Getting a lot of the following errors today with sites that are Uncategoized and Unverified, is there any way to modify the rule to avoid this error ?
Current Rule ID: 15381
Current Rule Name: Block URLs With Bad Reputation
Error Message: [WrongPropState] ARuleElem: RetrievePropertyValue: State of Property com.scur.engine.trustedsource.isunverified is kPropError.
this is due to the fact, that the TS SDK couldn't get the status of an URL from the cloud due to connectivity issues. This is an unfortunate behaviour that for the time being can only be resolved by disabling Cloud lookups. We are resolving this error in 7.0.2 by adding the possibility to react upon this error and not block in this case.
Thanks for the reply, has something changed in the cloud ? why are there suddenly connectivity issues which seem to be still ongoing ?

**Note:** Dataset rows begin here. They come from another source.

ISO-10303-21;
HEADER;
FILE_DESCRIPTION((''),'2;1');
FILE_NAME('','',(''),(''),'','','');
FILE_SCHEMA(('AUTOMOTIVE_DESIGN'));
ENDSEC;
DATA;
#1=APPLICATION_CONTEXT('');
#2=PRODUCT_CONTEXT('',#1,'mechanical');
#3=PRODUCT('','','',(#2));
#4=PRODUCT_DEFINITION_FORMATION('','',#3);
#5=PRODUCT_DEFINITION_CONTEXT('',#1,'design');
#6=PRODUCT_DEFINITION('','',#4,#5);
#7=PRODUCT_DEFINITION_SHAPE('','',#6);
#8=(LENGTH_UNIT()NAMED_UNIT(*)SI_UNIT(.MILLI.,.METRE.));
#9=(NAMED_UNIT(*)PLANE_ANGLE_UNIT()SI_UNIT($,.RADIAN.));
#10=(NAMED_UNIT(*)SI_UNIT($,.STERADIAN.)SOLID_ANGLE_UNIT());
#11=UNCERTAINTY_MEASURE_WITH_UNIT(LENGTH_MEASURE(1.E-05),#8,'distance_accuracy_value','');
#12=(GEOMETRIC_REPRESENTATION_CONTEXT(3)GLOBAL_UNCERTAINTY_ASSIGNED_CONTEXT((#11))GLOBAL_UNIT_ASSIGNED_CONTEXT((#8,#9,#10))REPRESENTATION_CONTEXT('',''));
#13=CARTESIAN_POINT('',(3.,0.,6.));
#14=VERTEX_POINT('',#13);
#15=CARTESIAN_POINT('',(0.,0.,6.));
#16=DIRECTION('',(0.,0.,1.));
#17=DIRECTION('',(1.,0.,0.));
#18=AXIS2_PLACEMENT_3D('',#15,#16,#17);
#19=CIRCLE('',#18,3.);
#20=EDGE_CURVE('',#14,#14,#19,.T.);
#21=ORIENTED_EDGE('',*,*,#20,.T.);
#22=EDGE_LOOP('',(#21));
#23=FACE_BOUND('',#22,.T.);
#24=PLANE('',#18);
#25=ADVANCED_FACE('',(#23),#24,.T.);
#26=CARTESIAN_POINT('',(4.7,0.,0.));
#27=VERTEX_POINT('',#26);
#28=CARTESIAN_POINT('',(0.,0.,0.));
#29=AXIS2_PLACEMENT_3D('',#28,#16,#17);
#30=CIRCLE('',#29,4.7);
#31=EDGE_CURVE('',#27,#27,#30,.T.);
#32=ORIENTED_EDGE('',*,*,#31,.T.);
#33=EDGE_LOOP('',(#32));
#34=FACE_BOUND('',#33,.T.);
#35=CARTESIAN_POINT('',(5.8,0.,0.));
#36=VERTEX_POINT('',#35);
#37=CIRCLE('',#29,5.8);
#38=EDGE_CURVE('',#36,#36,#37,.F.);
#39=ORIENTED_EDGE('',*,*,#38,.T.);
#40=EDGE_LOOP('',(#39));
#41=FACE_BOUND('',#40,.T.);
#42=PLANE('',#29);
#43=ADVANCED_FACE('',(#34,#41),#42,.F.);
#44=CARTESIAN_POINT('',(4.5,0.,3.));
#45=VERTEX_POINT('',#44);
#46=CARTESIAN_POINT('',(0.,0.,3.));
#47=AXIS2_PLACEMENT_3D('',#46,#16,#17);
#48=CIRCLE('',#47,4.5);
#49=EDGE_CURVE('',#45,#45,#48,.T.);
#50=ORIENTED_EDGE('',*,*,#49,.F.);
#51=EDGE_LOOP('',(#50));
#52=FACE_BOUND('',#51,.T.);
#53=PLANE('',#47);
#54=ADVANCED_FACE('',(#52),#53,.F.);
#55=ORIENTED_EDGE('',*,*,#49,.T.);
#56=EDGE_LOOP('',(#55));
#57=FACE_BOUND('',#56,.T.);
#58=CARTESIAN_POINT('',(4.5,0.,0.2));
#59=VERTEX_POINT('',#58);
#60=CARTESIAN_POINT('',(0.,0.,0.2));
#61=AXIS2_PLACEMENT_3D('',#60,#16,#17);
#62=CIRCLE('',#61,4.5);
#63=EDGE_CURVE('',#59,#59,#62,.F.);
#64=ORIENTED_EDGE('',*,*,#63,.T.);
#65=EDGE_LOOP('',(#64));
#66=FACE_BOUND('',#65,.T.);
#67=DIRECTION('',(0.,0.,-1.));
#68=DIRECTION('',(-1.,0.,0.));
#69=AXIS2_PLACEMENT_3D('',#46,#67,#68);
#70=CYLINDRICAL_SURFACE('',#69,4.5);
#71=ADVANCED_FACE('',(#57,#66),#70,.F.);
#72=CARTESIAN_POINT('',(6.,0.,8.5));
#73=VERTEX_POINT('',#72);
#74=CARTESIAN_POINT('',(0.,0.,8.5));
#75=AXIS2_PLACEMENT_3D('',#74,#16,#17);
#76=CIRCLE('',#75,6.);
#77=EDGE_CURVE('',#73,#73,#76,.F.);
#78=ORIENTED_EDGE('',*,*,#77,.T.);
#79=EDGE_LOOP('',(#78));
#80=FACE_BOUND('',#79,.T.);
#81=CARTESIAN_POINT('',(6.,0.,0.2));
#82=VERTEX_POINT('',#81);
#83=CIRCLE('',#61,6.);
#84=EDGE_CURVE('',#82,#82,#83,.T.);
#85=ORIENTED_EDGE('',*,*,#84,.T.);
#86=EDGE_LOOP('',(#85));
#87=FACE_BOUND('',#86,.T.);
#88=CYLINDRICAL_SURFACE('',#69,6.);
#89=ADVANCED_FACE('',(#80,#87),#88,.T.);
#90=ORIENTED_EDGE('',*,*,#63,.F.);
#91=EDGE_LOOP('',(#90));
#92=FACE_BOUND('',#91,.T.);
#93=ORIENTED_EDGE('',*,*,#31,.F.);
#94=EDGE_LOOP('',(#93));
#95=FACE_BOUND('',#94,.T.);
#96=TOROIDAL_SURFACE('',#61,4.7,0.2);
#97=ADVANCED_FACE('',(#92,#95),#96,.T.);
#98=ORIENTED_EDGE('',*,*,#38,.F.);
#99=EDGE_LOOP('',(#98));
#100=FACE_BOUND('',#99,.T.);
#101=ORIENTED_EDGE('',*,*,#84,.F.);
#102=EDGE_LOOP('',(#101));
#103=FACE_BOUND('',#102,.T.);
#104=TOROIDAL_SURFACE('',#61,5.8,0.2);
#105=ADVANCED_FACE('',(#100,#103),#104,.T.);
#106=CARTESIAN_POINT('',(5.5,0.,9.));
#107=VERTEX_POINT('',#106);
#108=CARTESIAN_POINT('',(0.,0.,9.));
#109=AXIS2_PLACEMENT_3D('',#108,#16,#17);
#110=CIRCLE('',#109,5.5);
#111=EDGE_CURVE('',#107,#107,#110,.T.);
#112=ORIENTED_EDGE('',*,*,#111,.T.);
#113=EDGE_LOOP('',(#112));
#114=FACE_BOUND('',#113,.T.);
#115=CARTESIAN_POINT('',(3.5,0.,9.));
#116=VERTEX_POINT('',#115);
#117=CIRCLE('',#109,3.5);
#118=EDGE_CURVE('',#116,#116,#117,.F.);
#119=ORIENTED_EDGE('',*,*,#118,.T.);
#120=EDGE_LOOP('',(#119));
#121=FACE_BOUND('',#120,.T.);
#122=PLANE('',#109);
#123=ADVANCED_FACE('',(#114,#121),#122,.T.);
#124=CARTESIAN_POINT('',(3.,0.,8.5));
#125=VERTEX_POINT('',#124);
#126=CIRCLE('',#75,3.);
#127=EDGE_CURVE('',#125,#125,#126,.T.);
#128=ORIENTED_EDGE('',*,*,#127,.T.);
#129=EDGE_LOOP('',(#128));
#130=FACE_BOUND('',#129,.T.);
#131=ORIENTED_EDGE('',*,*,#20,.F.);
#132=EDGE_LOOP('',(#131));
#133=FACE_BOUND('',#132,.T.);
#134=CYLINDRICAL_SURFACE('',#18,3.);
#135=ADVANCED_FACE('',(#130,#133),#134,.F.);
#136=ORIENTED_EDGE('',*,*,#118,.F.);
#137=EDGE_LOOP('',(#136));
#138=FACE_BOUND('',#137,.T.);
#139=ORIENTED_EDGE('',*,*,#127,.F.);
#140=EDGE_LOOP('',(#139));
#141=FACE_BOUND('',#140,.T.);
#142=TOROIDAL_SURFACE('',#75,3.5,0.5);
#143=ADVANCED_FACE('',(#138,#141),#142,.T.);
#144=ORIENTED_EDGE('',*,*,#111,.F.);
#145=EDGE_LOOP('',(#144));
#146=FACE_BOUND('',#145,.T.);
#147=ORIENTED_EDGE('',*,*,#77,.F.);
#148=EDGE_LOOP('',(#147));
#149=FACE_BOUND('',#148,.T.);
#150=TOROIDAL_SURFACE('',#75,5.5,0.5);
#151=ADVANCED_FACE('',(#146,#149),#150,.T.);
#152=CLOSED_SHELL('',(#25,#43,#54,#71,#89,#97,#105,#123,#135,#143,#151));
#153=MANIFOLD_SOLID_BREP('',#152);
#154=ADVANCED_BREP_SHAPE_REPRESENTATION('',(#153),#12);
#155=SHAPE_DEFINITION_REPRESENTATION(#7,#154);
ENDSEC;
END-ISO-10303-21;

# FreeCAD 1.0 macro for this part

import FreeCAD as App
import Part
import Sketcher

V = App.Vector
Q = App.Units.Quantity


def edges_at(feature, points):
    """Names of the edges that pass closest to the given points."""
    edges = feature.Shape.Edges
    near = lambda p: min(range(len(edges)), key=lambda i: edges[i].distToShape(Part.Vertex(*p))[0])
    return sorted({f"Edge{near(p) + 1}" for p in points})

doc = App.newDocument("Part")
params = doc.addObject("Spreadsheet::Sheet", "Params")
for row, (alias, value) in enumerate([
    ("sketch1_diameter", "12 mm"),
    ("sketch1_diameter2", "9 mm"),
    ("pad1_length", "3 mm"),
    ("sketch2_diameter", "12 mm"),
    ("pad2_length", "6 mm"),
    ("sketch3_diameter", "6 mm"),
    ("pocket1_length", "3 mm"),
    ("fillet_radius", "0.5 mm"),
    ("fillet2_radius", "0.5 mm"),
    ("fillet3_radius", "0.2 mm"),
], start=1):
    params.set(f"A{row}", alias)
    params.set(f"B{row}", "=" + value)
    params.setAlias(f"B{row}", alias)

body = doc.addObject("PartDesign::Body", "Body")

sketch1 = doc.addObject("Sketcher::SketchObject", "Sketch")
body.addObject(sketch1)
sketch1.AttachmentSupport = (doc.XY_Plane, [""])
sketch1.MapMode = "FlatFace"
sketch1.addGeometry([
    Part.Circle(V(0, 0, 0), V(0, 0, 1), 6),
    Part.Circle(V(0, 0, 0), V(0, 0, 1), 4.5),
], False)
sketch1.addConstraint([
    Sketcher.Constraint("Coincident", 0, 3, -1, 1),
    Sketcher.Constraint("Coincident", 1, 3, -1, 1),
    Sketcher.Constraint("Diameter", 0, Q("12 mm")),
    Sketcher.Constraint("Diameter", 1, Q("9 mm")),
])
sketch1.setExpression("Constraints[2]", "Params.sketch1_diameter")
sketch1.setExpression("Constraints[3]", "Params.sketch1_diameter2")
pad1 = doc.addObject("PartDesign::Pad", "Pad")
body.addObject(pad1)
pad1.Profile = sketch1
pad1.setExpression("Length", "Params.pad1_length")

sketch2 = doc.addObject("Sketcher::SketchObject", "Sketch001")
body.addObject(sketch2)
sketch2.AttachmentSupport = (doc.XY_Plane, [""])
sketch2.MapMode = "FlatFace"
sketch2.AttachmentOffset = App.Placement(V(0, 0, 3), App.Rotation())
sketch2.addGeometry(Part.Circle(V(0, 0, 0), V(0, 0, 1), 6), False)
sketch2.addConstraint([
    Sketcher.Constraint("Coincident", 0, 3, -1, 1),
    Sketcher.Constraint("Diameter", 0, Q("12 mm")),
])
sketch2.setExpression("Constraints[1]", "Params.sketch2_diameter")
pad2 = doc.addObject("PartDesign::Pad", "Pad001")
body.addObject(pad2)
pad2.Profile = sketch2
pad2.setExpression("Length", "Params.pad2_length")

sketch3 = doc.addObject("Sketcher::SketchObject", "Sketch002")
body.addObject(sketch3)
sketch3.AttachmentSupport = (doc.XY_Plane, [""])
sketch3.MapMode = "FlatFace"
sketch3.AttachmentOffset = App.Placement(V(0, 0, 9), App.Rotation())
sketch3.addGeometry(Part.Circle(V(0, 0, 0), V(0, 0, 1), 3), False)
sketch3.addConstraint([
    Sketcher.Constraint("Coincident", 0, 3, -1, 1),
    Sketcher.Constraint("Diameter", 0, Q("6 mm")),
])
sketch3.setExpression("Constraints[1]", "Params.sketch3_diameter")
pocket1 = doc.addObject("PartDesign::Pocket", "Pocket")
body.addObject(pocket1)
pocket1.Profile = sketch3
pocket1.setExpression("Length", "Params.pocket1_length")
doc.recompute()

fillet = doc.addObject("PartDesign::Fillet", "Fillet")
body.addObject(fillet)
fillet.Base = (pocket1, edges_at(pocket1, [(-3, 0, 9)]))
fillet.setExpression("Radius", "Params.fillet_radius")
doc.recompute()

fillet2 = doc.addObject("PartDesign::Fillet", "Fillet001")
body.addObject(fillet2)
fillet2.Base = (fillet, edges_at(fillet, [(-6, 0, 9)]))
fillet2.setExpression("Radius", "Params.fillet2_radius")
doc.recompute()

fillet3 = doc.addObject("PartDesign::Fillet", "Fillet002")
body.addObject(fillet3)
fillet3.Base = (fillet2, edges_at(fillet2, [(-6, 0, 0), (-4.5, 0, 0)]))
fillet3.setExpression("Radius", "Params.fillet3_radius")

doc.recompute()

My problem is all uncategorised sites ( a lot ) are now failing with this error
It#s working here. Plese do me the favour and go to the shell of your MWG appliance.
From there do:
This should give you an output like:
mcapfelchen:~ michaelschneider$ host tunnel.web.trustedsource.org tunnel.web.trustedsource.org has address 18.104.22.168
Now try to ping the IP:
mcapfelchen:~ michaelschneider$ ping 22.214.171.124 PING 126.96.36.199 (188.8.131.52): 56 data bytes 64 bytes from 184.108.40.206: icmp_seq=0 ttl=47 time=26.478 ms 64 bytes from 220.127.116.11: icmp_seq=1 ttl=47 time=22.737 ms 64 bytes from 18.104.22.168: icmp_seq=2 ttl=47 time=24.253 ms 64 bytes from 22.214.171.124: icmp_seq=3 ttl=47 time=22.554 ms 64 bytes from 126.96.36.199: icmp_seq=4 ttl=47 time=22.991 ms
check if you can connect to port 443 on this IP.
telnet 188.8.131.52 443
What do you get?
Some additional Qs:
Have you changed your network in terms of having MWG working in a proxy chain?
Have you configured upstream proxies in MWG of any kind?
Is MWG allowed to reach out directly to the internet on port 443?
tunnel.web.trustedsource.org has address 184.108.40.206
Can't ping it but can telnet to port 443
Connected to 220.127.116.11.
Escape character is '^]'.
Haven't changed anything in network, it goes directly out on 443
The only thing that changes is the IP address of tunnel.web.trustedsource.org
Thanks for checking - just for the purpose of this test, could you please enter the IP we have just found into the TS configuration you are using and modify it to match mine below?
What happens then?
So you know - I just used 'your' IP and it works here with this server.
It's working now with the IP entered directly ( both IP's work )
Is it ok to use a set IP and if so which one ? I've also seen it resolved to 18.104.22.168 and 22.214.171.124
Should I untick "Do a forward DNS lookup to rate URLs" and "Do a backward DNS lookup for an unrated IP-based URLs" ?
What happens to uncategorised URL's in the cloud ?
I will forward the results fo this discussion to the ops team in charge of the servers.
The DNS checks are performed to add security in terms of if somebody is requesting an IP, we check if we have a URL for it, if somebody is requesting an URL we check if we find the IP in our categories.
Unrated URLs are queued and are being processed by autoraters, if these yield no results they are processed manually.
it is not only autorating! An autorate is attempted for certain categories that are easily definable, whereas a manual review by the global categorisation team is done in most cases, as a human interpretation is providing the best quality criteria you can get. Think about a website where they talk about s*x and anatomic aspects all the time - just autorating it will be difficult, given that it could be a medical page where these topics are discussed.